====== RECORDS SUPPLIED ======

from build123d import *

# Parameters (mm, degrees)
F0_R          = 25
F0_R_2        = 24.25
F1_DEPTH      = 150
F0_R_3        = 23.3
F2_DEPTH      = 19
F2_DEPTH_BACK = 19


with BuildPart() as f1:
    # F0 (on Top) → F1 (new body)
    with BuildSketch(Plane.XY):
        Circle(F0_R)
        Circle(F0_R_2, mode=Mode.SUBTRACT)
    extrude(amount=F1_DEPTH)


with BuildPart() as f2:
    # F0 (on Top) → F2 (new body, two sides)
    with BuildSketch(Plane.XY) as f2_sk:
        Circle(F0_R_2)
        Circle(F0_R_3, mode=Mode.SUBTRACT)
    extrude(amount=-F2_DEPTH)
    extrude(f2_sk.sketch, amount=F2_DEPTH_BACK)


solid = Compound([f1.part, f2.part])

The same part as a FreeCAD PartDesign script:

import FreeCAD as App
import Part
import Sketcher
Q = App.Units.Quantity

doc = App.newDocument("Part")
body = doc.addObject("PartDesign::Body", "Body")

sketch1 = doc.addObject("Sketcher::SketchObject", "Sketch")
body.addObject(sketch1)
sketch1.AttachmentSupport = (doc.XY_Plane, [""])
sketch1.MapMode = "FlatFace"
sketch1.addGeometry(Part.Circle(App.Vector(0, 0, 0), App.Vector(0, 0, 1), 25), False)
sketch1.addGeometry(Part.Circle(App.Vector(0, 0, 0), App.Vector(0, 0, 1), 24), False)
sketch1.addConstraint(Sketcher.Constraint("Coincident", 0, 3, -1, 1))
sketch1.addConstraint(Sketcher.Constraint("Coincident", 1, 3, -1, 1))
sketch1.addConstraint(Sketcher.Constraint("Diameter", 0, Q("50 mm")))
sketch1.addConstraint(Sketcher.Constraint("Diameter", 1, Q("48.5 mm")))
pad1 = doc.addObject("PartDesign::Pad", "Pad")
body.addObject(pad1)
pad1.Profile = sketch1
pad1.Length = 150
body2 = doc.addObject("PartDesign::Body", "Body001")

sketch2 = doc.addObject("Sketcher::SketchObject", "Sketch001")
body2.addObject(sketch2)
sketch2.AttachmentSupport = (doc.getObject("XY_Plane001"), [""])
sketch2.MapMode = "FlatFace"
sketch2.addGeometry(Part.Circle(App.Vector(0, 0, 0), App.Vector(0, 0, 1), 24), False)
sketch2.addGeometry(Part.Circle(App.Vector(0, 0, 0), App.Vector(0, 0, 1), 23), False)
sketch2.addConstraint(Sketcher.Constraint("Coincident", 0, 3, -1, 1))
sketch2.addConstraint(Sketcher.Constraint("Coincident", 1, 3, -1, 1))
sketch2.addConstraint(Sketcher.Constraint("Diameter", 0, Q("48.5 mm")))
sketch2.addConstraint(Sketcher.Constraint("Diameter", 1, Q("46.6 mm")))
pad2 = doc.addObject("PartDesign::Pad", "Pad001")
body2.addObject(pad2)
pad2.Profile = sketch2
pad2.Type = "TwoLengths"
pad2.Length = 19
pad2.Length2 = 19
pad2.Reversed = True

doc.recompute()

======
====== RECORDS SUPPLIED ======

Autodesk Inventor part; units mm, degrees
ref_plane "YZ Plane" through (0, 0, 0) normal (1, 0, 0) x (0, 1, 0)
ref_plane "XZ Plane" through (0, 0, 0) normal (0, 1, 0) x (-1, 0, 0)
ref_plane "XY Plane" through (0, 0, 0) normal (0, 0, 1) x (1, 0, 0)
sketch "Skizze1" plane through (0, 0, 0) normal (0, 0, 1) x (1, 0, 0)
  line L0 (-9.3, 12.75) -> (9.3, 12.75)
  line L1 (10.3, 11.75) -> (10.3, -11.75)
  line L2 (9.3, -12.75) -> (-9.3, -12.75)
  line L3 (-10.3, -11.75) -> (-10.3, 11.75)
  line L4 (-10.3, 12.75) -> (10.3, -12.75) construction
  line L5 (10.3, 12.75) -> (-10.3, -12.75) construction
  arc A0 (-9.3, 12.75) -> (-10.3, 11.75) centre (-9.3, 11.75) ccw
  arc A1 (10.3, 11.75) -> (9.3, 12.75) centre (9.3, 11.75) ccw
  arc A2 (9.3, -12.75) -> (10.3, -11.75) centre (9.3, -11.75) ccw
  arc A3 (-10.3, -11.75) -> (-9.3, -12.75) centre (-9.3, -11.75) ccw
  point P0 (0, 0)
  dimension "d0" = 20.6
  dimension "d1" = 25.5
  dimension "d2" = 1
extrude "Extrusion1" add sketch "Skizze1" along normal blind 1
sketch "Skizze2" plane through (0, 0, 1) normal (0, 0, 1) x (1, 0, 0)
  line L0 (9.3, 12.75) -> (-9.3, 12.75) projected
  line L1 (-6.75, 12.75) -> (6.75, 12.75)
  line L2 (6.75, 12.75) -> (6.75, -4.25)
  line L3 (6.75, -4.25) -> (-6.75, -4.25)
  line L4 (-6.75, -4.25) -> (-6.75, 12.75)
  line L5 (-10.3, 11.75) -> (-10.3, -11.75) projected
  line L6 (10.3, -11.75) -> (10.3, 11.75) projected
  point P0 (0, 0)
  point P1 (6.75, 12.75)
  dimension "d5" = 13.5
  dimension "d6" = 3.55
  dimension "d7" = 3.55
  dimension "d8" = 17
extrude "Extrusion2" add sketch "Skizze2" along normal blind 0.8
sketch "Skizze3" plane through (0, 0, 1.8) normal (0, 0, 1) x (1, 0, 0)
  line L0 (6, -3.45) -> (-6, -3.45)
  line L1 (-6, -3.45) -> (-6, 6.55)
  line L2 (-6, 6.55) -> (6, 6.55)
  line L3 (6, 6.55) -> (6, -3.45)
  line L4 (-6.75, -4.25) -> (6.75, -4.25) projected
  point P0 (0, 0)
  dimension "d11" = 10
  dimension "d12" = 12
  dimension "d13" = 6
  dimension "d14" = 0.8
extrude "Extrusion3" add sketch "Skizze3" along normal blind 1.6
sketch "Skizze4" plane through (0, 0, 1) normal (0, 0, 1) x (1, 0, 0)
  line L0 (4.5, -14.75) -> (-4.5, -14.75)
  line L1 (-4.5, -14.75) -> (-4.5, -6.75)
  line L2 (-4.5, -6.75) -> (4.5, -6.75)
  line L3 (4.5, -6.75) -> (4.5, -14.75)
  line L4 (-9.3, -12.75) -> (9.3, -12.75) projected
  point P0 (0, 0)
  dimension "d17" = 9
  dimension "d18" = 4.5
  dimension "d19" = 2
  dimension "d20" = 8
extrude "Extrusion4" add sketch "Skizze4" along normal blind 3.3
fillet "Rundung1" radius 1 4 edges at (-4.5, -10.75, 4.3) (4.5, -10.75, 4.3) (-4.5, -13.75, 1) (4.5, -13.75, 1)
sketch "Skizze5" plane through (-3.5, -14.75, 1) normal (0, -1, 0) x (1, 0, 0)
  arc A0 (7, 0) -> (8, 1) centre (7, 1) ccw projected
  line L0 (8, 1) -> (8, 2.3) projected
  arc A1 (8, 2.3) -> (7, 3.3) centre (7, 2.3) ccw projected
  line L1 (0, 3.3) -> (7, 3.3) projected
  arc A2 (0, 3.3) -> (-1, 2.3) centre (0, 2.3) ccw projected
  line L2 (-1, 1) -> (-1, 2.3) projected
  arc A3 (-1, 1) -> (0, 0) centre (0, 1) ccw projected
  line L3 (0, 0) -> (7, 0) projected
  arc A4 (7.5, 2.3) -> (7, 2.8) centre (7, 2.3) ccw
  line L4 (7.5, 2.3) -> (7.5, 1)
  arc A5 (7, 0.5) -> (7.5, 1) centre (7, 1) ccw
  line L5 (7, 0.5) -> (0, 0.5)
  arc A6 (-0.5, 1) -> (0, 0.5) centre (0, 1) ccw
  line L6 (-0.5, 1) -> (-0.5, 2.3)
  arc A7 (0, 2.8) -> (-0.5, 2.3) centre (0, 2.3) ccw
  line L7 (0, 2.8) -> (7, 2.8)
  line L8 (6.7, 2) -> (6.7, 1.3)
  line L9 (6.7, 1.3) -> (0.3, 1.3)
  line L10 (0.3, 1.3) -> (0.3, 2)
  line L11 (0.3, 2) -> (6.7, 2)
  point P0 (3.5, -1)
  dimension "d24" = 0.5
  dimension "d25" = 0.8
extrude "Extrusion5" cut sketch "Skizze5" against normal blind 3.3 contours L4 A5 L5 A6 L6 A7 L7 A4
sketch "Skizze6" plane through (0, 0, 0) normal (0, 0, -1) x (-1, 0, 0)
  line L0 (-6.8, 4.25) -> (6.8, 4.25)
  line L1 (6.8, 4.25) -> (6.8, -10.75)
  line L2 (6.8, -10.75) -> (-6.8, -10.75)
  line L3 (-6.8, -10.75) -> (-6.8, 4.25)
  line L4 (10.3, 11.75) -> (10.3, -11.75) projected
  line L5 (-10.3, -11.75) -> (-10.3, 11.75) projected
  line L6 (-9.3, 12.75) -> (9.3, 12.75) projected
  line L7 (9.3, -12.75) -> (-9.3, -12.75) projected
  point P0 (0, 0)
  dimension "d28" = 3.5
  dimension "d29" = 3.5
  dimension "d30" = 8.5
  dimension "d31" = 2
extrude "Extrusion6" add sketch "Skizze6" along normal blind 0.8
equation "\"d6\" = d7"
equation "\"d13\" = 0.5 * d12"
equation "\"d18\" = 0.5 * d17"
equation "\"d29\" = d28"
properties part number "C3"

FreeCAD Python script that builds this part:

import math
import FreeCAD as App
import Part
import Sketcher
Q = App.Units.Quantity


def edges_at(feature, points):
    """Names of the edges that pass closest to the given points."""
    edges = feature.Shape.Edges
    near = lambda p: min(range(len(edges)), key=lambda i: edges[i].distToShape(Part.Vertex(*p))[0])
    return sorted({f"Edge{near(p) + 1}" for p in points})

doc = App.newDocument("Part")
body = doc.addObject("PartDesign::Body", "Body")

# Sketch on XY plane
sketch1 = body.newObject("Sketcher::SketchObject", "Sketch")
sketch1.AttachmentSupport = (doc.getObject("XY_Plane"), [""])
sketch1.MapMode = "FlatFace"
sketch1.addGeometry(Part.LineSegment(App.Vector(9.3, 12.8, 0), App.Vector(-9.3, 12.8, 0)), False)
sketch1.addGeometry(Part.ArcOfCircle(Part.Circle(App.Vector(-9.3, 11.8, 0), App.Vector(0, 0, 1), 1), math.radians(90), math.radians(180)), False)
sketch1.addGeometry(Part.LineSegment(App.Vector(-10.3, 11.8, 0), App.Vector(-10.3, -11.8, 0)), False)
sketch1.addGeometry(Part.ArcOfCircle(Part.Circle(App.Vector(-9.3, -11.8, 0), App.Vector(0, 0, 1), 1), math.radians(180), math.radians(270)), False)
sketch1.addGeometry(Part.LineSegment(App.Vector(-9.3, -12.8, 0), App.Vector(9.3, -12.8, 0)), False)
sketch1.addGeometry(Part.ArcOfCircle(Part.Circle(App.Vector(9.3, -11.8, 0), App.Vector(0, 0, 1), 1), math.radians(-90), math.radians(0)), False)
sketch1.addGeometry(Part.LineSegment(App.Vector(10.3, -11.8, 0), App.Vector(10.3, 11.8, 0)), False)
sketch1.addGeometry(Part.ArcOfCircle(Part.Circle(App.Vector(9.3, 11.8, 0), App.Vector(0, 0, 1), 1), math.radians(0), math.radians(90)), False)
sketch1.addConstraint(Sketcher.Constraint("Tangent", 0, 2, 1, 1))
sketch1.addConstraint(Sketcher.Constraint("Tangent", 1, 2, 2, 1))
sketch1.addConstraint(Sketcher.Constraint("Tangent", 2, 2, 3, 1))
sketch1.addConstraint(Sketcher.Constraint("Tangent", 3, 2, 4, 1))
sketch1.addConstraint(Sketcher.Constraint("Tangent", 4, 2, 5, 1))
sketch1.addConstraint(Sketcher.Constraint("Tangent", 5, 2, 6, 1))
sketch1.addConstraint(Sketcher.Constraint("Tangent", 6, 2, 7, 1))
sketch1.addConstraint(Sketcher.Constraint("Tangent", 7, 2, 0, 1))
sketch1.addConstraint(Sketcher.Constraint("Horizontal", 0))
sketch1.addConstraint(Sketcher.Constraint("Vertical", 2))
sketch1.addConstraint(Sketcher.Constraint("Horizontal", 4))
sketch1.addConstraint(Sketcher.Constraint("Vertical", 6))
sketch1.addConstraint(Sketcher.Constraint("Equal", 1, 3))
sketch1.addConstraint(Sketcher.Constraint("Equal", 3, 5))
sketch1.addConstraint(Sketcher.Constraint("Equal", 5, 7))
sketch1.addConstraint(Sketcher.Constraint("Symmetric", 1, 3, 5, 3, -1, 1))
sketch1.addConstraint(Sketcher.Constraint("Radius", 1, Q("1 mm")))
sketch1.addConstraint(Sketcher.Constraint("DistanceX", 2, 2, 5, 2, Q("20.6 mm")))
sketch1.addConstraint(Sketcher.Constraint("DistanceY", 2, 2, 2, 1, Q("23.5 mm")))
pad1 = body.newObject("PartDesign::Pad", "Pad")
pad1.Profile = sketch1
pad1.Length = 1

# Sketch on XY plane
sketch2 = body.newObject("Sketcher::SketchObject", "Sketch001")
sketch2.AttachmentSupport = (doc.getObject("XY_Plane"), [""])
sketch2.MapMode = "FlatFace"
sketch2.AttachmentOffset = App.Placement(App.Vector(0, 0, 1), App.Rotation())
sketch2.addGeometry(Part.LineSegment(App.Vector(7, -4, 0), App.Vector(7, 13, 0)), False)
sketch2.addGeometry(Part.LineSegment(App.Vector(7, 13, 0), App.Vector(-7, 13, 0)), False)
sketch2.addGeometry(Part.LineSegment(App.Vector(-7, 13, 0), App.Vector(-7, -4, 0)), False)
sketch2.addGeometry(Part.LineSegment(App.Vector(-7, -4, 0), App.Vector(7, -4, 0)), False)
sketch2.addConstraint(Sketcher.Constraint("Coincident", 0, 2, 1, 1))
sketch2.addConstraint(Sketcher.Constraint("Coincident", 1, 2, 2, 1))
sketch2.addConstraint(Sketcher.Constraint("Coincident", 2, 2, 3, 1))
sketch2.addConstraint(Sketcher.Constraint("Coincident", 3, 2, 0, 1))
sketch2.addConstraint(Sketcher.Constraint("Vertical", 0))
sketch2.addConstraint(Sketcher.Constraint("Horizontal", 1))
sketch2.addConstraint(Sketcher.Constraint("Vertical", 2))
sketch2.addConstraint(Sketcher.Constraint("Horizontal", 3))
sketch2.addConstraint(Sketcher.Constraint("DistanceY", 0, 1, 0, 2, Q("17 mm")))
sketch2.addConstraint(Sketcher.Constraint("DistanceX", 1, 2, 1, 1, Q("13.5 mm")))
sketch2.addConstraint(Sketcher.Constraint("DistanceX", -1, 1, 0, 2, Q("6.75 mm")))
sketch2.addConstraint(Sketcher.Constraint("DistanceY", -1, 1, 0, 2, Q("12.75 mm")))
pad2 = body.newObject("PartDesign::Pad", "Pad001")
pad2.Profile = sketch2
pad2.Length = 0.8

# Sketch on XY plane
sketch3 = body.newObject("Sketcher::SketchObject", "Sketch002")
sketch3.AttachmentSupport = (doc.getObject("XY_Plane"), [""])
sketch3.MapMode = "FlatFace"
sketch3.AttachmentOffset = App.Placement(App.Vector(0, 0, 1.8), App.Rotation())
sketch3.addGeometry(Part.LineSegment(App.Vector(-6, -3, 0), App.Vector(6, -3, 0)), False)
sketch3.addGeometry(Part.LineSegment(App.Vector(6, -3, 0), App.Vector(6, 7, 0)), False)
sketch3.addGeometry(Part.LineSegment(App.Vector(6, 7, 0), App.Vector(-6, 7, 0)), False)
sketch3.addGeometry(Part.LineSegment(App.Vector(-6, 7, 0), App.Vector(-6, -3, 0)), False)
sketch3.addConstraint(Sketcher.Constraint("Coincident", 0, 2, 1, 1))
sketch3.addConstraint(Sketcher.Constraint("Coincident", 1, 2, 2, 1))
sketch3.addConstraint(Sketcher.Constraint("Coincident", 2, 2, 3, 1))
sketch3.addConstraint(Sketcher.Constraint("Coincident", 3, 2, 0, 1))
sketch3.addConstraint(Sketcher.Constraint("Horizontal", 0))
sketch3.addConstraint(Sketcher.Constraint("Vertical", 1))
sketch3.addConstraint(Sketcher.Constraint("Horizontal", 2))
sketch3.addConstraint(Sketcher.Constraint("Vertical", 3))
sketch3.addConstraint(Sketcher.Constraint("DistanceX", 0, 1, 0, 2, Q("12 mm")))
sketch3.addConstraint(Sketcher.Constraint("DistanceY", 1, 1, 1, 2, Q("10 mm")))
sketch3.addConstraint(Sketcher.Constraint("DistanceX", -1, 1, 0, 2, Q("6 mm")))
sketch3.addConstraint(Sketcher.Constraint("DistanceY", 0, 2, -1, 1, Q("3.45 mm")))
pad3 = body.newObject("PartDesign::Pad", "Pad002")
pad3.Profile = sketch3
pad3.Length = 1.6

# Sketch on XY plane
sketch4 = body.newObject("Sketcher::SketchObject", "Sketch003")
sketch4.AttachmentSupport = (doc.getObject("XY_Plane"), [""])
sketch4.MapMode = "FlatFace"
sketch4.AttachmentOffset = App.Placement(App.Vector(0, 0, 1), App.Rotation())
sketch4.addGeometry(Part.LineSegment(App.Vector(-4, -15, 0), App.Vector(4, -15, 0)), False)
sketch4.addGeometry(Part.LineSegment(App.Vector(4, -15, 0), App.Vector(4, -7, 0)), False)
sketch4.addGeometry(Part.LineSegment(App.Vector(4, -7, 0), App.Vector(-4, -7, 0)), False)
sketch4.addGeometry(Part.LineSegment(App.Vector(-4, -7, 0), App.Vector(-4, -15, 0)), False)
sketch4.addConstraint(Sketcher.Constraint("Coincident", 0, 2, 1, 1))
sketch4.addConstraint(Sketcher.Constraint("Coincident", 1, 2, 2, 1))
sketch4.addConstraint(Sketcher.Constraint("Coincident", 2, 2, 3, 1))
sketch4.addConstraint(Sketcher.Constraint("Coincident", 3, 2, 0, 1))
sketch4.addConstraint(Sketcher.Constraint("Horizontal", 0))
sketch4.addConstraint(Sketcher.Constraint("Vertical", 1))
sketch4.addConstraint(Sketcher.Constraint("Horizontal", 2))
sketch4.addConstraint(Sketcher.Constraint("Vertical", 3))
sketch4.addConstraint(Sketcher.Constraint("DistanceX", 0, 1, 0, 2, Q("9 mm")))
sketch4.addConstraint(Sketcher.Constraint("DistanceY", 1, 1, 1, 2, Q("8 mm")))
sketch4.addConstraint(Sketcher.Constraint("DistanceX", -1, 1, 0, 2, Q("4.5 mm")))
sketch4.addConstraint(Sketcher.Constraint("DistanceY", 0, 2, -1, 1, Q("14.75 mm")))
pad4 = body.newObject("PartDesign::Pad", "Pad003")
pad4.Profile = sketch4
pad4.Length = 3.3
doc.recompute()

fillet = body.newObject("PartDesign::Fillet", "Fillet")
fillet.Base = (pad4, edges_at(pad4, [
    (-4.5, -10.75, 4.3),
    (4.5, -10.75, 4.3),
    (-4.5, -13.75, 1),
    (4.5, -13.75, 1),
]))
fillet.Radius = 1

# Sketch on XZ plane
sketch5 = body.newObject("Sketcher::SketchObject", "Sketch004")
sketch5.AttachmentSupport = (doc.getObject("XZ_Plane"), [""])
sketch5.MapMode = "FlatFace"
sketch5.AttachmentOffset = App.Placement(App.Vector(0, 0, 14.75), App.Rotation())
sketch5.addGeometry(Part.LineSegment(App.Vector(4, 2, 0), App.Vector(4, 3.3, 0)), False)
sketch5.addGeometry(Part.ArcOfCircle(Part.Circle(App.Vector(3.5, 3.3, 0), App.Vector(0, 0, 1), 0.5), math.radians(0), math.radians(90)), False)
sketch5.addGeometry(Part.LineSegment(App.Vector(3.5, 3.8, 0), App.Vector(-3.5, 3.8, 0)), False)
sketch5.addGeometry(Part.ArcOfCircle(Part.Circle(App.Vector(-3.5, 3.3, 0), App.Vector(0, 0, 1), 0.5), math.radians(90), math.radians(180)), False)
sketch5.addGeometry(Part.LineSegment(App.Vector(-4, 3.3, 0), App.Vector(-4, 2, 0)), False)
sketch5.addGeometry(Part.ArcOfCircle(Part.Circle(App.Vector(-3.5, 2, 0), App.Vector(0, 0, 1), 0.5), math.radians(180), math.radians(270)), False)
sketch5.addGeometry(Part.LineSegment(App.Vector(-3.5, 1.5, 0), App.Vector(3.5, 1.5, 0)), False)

======

### [INSTRUCTIONS TO FOLLOW]
Please reproduce, exactly as they appear above, the lines from the line containing "from build123d import *" up to and including the line containing "extrude(amount=F1_DEPTH)".

### [OUTPUT BELOW]
from build123d import *

# Parameters (mm, degrees)
F0_R          = 25
F0_R_2        = 24.25
F1_DEPTH      = 150
F0_R_3        = 23.3
F2_DEPTH      = 19
F2_DEPTH_BACK = 19


with BuildPart() as f1:
    # F0 (on Top) → F1 (new body)
    with BuildSketch(Plane.XY):
        Circle(F0_R)
        Circle(F0_R_2, mode=Mode.SUBTRACT)
    extrude(amount=F1_DEPTH)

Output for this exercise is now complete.